→ **HOW TO COMPLETE THIS TASK**: Produce as output only the lines below starting at the line with "f 391 169 170" and continuing through the line with "f 72 250 251", each one exactly as written.

--- INPUT DATA Enclosed Below ---

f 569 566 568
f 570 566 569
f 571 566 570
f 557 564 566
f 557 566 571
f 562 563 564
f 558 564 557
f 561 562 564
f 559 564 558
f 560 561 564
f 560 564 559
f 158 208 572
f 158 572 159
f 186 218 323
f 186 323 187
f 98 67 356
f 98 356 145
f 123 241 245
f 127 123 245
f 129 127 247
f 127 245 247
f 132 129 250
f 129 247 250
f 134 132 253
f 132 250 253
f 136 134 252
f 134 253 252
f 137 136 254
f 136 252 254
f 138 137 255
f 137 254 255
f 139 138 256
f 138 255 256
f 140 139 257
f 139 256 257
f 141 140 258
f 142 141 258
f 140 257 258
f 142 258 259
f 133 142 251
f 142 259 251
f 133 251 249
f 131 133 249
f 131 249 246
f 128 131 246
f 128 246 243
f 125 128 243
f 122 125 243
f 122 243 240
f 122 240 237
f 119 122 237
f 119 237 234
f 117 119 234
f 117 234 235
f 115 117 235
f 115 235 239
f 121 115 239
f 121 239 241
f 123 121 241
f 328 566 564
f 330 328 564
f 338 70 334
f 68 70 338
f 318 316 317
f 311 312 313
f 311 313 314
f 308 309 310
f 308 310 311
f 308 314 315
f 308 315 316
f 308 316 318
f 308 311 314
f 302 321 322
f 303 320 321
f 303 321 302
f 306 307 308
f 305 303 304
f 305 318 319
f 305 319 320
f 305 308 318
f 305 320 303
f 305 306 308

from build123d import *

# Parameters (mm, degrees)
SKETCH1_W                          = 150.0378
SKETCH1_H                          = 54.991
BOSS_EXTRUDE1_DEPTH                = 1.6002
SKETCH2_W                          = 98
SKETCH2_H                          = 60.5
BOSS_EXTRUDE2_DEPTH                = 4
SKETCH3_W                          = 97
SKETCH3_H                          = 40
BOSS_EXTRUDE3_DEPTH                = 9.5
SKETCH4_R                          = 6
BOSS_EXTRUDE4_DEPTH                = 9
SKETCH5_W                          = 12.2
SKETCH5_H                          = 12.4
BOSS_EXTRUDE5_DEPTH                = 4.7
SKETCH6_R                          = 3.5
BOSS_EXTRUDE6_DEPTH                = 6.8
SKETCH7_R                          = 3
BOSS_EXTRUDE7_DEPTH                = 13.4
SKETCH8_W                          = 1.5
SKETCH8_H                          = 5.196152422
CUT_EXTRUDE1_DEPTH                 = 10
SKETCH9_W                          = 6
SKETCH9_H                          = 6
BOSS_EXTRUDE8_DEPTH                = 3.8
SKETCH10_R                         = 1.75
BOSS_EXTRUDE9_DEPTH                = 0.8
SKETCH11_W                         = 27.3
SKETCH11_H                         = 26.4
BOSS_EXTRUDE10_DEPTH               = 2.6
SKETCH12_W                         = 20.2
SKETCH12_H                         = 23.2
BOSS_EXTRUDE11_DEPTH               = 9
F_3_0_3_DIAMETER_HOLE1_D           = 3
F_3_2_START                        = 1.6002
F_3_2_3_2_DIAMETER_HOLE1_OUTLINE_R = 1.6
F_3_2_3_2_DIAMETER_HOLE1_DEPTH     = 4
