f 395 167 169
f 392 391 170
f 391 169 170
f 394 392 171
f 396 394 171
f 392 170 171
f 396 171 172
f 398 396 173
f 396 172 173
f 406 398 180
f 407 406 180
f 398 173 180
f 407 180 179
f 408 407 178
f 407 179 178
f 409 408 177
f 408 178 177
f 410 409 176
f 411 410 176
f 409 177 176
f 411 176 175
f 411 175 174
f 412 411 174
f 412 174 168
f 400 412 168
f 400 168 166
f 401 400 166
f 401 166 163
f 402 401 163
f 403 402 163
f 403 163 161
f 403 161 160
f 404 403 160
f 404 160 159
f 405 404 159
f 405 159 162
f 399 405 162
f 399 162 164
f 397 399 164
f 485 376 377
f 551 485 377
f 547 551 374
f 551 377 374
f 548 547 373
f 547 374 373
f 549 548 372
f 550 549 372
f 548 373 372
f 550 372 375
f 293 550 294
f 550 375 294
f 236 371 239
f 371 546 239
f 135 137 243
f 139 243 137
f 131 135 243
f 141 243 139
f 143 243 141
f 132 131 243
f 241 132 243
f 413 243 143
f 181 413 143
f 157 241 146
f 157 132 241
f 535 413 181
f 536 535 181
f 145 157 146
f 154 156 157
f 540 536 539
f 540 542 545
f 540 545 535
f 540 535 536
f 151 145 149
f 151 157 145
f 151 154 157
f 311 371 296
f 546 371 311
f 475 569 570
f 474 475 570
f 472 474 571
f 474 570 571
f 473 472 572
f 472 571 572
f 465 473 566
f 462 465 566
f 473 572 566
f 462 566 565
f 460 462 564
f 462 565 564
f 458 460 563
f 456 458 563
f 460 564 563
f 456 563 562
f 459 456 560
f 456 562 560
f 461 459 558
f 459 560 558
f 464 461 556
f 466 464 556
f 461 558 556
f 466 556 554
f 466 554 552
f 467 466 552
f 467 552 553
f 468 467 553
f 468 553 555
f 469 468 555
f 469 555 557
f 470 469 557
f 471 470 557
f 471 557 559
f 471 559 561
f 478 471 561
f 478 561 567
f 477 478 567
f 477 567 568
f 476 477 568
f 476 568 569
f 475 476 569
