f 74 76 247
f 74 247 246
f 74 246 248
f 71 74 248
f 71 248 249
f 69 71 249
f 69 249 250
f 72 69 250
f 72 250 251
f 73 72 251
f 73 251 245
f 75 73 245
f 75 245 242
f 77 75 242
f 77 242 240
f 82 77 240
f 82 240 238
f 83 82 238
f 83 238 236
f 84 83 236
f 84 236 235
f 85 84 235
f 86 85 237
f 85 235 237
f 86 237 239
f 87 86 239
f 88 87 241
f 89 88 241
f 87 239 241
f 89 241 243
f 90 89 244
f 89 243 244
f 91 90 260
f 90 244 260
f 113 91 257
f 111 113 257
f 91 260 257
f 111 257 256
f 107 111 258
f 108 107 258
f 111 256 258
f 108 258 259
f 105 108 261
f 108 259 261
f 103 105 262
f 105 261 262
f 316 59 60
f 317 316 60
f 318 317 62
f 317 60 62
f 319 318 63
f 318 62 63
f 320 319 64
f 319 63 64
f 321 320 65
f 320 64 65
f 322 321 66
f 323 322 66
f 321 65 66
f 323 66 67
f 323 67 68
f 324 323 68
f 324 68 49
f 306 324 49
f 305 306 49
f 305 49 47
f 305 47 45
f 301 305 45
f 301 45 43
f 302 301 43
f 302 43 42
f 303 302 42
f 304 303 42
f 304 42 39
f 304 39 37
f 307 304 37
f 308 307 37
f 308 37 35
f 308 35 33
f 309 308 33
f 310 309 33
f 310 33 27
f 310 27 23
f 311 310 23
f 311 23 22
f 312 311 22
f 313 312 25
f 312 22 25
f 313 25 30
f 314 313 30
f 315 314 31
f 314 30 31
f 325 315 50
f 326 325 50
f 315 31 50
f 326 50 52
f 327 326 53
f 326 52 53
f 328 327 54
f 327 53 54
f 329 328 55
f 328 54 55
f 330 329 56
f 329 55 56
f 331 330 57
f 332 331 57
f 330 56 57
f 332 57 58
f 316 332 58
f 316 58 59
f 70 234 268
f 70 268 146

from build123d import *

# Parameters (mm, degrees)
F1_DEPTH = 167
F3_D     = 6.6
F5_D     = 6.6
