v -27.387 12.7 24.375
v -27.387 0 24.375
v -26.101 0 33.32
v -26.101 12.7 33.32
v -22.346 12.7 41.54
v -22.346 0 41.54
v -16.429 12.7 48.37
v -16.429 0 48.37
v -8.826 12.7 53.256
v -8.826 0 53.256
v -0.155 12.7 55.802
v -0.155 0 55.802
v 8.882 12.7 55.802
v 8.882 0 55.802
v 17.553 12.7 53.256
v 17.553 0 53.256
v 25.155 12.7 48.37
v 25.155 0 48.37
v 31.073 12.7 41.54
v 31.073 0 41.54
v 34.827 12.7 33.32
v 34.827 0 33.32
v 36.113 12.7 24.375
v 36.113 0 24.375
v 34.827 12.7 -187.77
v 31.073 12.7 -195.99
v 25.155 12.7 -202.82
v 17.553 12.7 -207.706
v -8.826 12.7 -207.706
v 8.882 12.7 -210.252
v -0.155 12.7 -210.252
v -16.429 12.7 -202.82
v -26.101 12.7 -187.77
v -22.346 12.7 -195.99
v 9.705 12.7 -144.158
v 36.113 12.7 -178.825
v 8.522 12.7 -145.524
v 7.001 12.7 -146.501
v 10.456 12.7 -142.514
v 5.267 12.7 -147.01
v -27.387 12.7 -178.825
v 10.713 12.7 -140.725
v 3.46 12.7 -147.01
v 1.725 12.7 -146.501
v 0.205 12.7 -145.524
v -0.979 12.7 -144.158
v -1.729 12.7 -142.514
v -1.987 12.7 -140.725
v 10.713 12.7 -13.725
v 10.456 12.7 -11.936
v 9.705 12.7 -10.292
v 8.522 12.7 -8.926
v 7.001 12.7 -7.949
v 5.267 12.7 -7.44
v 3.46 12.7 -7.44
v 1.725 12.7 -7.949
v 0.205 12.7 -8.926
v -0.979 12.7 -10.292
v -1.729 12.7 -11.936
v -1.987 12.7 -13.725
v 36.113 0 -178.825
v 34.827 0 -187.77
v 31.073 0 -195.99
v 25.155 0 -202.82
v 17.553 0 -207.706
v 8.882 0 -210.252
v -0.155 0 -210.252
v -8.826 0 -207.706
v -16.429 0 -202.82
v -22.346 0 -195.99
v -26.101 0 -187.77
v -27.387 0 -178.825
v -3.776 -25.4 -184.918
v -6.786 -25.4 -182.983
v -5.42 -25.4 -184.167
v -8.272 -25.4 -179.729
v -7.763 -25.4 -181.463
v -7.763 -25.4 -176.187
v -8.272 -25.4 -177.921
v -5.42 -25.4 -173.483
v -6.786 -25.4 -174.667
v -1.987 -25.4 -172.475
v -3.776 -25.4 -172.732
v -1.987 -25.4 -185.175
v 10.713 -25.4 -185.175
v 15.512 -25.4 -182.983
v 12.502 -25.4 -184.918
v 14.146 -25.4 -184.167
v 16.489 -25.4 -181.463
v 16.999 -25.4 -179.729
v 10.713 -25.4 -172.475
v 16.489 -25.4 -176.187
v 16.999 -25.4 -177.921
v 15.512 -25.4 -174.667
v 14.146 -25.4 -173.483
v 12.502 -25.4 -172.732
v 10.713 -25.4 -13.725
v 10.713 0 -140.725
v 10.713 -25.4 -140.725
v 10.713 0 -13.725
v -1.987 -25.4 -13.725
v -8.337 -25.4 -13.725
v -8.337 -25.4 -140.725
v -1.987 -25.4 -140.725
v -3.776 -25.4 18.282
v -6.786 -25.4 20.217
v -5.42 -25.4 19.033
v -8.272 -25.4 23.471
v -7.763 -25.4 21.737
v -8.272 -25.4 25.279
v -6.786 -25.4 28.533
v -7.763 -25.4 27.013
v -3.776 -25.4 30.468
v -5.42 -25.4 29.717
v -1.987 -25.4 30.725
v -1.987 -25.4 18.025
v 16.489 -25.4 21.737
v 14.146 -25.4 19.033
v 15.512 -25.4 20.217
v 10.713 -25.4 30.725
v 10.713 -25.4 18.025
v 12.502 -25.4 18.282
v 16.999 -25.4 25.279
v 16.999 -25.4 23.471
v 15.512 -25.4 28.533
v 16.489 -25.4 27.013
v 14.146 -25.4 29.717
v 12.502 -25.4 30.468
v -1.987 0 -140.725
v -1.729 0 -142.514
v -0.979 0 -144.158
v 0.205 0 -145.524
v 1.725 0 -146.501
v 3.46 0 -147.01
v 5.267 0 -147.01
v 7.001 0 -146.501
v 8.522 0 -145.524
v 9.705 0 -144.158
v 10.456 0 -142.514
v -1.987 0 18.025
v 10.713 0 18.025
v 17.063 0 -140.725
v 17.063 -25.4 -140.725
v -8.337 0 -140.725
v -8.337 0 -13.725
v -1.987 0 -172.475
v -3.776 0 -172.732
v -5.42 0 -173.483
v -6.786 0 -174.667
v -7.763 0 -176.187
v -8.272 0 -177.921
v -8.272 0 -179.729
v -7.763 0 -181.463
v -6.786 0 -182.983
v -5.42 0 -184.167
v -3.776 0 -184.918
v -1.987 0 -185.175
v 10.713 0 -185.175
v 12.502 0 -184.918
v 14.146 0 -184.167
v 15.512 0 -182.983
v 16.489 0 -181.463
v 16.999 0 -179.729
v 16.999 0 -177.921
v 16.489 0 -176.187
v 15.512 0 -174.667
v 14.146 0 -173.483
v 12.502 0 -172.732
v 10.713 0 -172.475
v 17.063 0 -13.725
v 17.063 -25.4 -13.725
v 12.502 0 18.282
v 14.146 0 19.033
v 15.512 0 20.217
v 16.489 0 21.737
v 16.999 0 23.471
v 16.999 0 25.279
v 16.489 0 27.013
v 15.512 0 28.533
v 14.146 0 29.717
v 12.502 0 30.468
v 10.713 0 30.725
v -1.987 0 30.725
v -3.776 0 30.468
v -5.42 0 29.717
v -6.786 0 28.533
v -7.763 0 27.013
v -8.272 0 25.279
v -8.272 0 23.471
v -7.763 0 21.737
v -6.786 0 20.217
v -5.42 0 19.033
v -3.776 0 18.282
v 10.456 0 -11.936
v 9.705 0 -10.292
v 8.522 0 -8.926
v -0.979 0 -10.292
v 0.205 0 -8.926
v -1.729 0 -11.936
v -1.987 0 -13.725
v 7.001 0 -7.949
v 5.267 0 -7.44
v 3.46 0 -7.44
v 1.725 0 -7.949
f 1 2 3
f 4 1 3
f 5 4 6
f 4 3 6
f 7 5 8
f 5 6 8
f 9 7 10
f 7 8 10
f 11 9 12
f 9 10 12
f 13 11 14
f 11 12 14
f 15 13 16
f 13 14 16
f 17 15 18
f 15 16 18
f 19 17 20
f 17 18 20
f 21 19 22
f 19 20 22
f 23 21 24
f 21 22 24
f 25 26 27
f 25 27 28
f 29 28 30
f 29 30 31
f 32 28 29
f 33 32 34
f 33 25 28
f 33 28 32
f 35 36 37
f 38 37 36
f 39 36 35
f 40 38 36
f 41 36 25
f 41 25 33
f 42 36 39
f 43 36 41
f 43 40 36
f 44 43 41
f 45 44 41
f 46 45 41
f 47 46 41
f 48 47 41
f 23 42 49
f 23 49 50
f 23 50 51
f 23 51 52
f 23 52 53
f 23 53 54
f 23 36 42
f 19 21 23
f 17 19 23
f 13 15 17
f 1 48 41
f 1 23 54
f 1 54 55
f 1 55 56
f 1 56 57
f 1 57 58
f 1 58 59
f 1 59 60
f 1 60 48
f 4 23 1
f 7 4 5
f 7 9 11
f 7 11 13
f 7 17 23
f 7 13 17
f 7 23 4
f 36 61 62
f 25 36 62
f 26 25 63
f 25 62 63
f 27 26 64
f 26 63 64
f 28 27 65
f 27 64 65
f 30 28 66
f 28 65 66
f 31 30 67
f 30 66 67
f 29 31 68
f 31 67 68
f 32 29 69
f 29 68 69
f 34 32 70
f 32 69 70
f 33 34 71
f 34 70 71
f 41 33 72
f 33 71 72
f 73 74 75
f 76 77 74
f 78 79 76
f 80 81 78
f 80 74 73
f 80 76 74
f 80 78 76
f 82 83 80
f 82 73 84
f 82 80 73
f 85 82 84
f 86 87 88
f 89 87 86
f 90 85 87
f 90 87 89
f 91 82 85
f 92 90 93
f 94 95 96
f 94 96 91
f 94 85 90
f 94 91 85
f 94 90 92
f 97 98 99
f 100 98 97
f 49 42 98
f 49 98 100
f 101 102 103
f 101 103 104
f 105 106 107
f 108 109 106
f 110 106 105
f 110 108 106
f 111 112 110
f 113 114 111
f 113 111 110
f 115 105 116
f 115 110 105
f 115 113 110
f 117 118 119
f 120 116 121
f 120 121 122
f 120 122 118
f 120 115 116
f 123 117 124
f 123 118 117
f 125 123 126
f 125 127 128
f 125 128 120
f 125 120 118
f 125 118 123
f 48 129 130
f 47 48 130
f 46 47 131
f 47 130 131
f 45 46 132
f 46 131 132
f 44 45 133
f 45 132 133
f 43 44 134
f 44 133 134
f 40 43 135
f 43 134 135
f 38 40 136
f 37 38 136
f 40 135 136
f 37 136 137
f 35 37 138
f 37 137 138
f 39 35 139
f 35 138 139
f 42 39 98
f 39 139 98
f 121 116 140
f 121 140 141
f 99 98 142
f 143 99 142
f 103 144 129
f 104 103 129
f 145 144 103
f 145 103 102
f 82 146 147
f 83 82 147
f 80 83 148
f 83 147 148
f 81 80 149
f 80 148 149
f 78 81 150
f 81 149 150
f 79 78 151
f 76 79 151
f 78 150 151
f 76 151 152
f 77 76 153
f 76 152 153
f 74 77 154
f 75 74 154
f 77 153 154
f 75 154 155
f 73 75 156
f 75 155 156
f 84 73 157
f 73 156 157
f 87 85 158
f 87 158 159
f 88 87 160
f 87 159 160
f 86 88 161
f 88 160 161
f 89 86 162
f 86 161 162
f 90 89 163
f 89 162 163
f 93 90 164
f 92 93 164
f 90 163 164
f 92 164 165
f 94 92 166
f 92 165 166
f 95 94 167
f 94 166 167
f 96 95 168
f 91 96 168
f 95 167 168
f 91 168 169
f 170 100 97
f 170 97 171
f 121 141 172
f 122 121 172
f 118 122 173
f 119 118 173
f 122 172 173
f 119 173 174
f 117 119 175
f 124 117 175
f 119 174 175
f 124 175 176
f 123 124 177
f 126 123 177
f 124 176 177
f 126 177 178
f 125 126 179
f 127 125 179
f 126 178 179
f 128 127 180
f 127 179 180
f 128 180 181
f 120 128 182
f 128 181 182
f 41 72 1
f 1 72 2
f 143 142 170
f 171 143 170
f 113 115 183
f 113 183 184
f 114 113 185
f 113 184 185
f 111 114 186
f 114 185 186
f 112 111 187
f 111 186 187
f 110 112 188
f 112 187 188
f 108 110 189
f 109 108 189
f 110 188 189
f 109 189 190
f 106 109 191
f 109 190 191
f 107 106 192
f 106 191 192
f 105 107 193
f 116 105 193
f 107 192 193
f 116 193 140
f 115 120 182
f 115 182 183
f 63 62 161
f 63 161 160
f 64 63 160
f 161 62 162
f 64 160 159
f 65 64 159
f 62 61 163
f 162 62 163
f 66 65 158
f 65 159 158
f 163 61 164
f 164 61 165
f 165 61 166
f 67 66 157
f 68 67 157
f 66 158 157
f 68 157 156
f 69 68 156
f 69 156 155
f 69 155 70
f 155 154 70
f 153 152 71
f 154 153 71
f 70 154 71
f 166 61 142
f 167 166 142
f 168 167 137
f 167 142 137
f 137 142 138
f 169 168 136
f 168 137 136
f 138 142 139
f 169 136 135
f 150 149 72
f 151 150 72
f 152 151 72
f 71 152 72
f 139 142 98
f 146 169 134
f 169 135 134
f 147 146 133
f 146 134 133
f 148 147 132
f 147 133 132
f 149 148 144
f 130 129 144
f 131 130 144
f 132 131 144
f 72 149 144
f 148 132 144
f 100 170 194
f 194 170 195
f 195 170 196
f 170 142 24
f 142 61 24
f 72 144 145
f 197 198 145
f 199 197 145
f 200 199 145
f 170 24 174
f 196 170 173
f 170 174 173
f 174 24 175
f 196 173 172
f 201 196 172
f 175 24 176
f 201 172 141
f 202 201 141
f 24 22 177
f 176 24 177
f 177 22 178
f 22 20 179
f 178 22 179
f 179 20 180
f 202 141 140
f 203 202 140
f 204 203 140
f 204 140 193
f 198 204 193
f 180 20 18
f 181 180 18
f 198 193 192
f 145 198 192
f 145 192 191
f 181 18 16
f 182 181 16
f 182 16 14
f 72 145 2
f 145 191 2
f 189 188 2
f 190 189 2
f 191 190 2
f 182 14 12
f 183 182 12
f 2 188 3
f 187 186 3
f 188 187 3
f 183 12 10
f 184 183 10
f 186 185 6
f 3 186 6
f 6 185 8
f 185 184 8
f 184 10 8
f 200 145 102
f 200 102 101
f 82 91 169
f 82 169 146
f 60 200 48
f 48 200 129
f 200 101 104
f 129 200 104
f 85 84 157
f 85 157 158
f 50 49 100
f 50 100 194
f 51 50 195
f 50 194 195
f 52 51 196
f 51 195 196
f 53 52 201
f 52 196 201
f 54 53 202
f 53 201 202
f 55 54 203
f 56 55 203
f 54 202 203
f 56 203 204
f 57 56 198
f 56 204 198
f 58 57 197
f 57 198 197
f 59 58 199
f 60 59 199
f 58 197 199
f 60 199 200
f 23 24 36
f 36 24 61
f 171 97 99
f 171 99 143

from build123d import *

# Parameters (mm, degrees)
F1_DEPTH = 25.4
F3_DEPTH = 12.7
F4_W     = 6.35
F4_H     = 127
F5_DEPTH = 25.4


with BuildPart() as f1:
    # F0 (on Front) → F1 (new body)
    with BuildSketch(Plane.XZ):
        with BuildLine():
            Line((10.7133227866, 30.7250145495), (-1.9866772134, 30.7250145495))
            ThreePointArc((-1.9866772134, 30.7250145495), (-8.3366772134, 24.3750145495), (-1.9866772134, 18.0250145495))
            Line((-1.9866772134, 18.0250145495), (10.7133227866, 18.0250145495))
            ThreePointArc((10.7133227866, 18.0250145495), (17.0633227866, 24.3750145495), (10.7133227866, 30.7250145495))
        make_face()
    extrude(amount=F1_DEPTH)



with BuildPart() as f1b:
    # F0 (on Front) → F1, piece 2 (new body)
    with BuildSketch(Plane.XZ):
        with BuildLine():
            Line((10.7133227866, -172.4749854505), (-1.9866772134, -172.4749854505))
            ThreePointArc((-1.9866772134, -172.4749854505), (-8.3366772134, -178.8249854505), (-1.9866772134, -185.1749854505))
            Line((-1.9866772134, -185.1749854505), (10.7133227866, -185.1749854505))
            ThreePointArc((10.7133227866, -185.1749854505), (17.0633227866, -178.8249854505), (10.7133227866, -172.4749854505))
        make_face()
    extrude(amount=F1_DEPTH)


with BuildPart() as f1_1:
    add(f1.part)

    add(f1b.part)  # F3 merges F1b
    # F2 (on face) → F3 (join)
    with BuildSketch(Plane(origin=(0, 0, 0), x_dir=(-1, 0, 0), z_dir=(0, 1, 0))):
        with BuildLine():
            ThreePointArc((27.3866772134, 24.3750145495), (-4.3633227866, 56.1250145495), (-36.1133227866, 24.3750145495))
            Line((-36.1133227866, 24.3750145495), (-36.1133227866, -178.8249854505))
            ThreePointArc((-36.1133227866, -178.8249854505), (-4.3633227866, -210.5749854505), (27.3866772134, -178.8249854505))
            Line((27.3866772134, -178.8249854505), (27.3866772134, 24.3750145495))
        make_face()
        with BuildLine():
            Line((-10.7133227866, -140.7249854505), (-10.7133227866, -13.7249854505))
            ThreePointArc((-10.7133227866, -13.7249854505), (-4.3633227866, -7.3749854505), (1.9866772134, -13.7249854505))
            Line((1.9866772134, -13.7249854505), (1.9866772134, -140.7249854505))
            ThreePointArc((1.9866772134, -140.7249854505), (-4.3633227866, -147.0749854505), (-10.7133227866, -140.7249854505))
        make_face(mode=Mode.SUBTRACT)
    extrude(amount=F3_DEPTH)

    # F4 (on face) → F5 (join)
    with BuildSketch(Plane.XZ):
        with Locations((13.8883227866, -77.2249854505)):
            Rectangle(F4_W, F4_H)
        with Locations((-5.1616772134, -77.2249854505)):
            Rectangle(F4_W, F4_H)
    extrude(amount=F5_DEPTH)


solid = f1_1.part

--- End of Enclosed INPUT DATA ---

→ **ANSWER TO THIS PROBLEM**:
f 391 169 170
f 394 392 171
f 396 394 171
f 392 170 171
f 396 171 172
f 398 396 173
f 396 172 173
f 406 398 180
f 407 406 180
f 398 173 180
f 407 180 179
f 408 407 178
f 407 179 178
f 409 408 177
f 408 178 177
f 410 409 176
f 411 410 176
f 409 177 176
f 411 176 175
f 411 175 174
f 412 411 174
f 412 174 168
f 400 412 168
f 400 168 166
f 401 400 166
f 401 166 163
f 402 401 163
f 403 402 163
f 403 163 161
f 403 161 160
f 404 403 160
f 404 160 159
f 405 404 159
f 405 159 162
f 399 405 162
f 399 162 164
f 397 399 164
f 485 376 377
f 551 485 377
f 547 551 374
f 551 377 374
f 548 547 373
f 547 374 373
f 549 548 372
f 550 549 372
f 548 373 372
f 550 372 375
f 293 550 294
f 550 375 294
f 236 371 239
f 371 546 239
f 135 137 243
f 139 243 137
f 131 135 243
f 141 243 139
f 143 243 141
f 132 131 243
f 241 132 243
f 413 243 143
f 181 413 143
f 157 241 146
f 157 132 241
f 535 413 181
f 536 535 181
f 145 157 146
f 154 156 157
f 540 536 539
f 540 542 545
f 540 545 535
f 540 535 536
f 151 145 149
f 151 157 145
f 151 154 157
f 311 371 296
f 546 371 311
f 475 569 570
f 474 475 570
f 472 474 571
f 474 570 571
f 473 472 572
f 472 571 572
f 465 473 566
f 462 465 566
f 473 572 566
f 462 566 565
f 460 462 564
f 462 565 564
f 458 460 563
f 456 458 563
f 460 564 563
f 456 563 562
f 459 456 560
f 456 562 560
f 461 459 558
f 459 560 558
f 464 461 556
f 466 464 556
f 461 558 556
f 466 556 554
f 466 554 552
f 467 466 552
f 467 552 553
f 468 467 553
f 468 553 555
f 469 468 555
f 469 555 557
f 470 469 557
f 471 470 557
f 471 557 559
f 471 559 561
f 478 471 561
f 478 561 567
f 477 478 567
f 477 567 568
f 476 477 568
f 476 568 569
f 475 476 569
f 74 76 247
f 74 247 246
f 74 246 248
f 71 74 248
f 71 248 249
f 69 71 249
f 69 249 250
f 72 69 250
f 72 250 251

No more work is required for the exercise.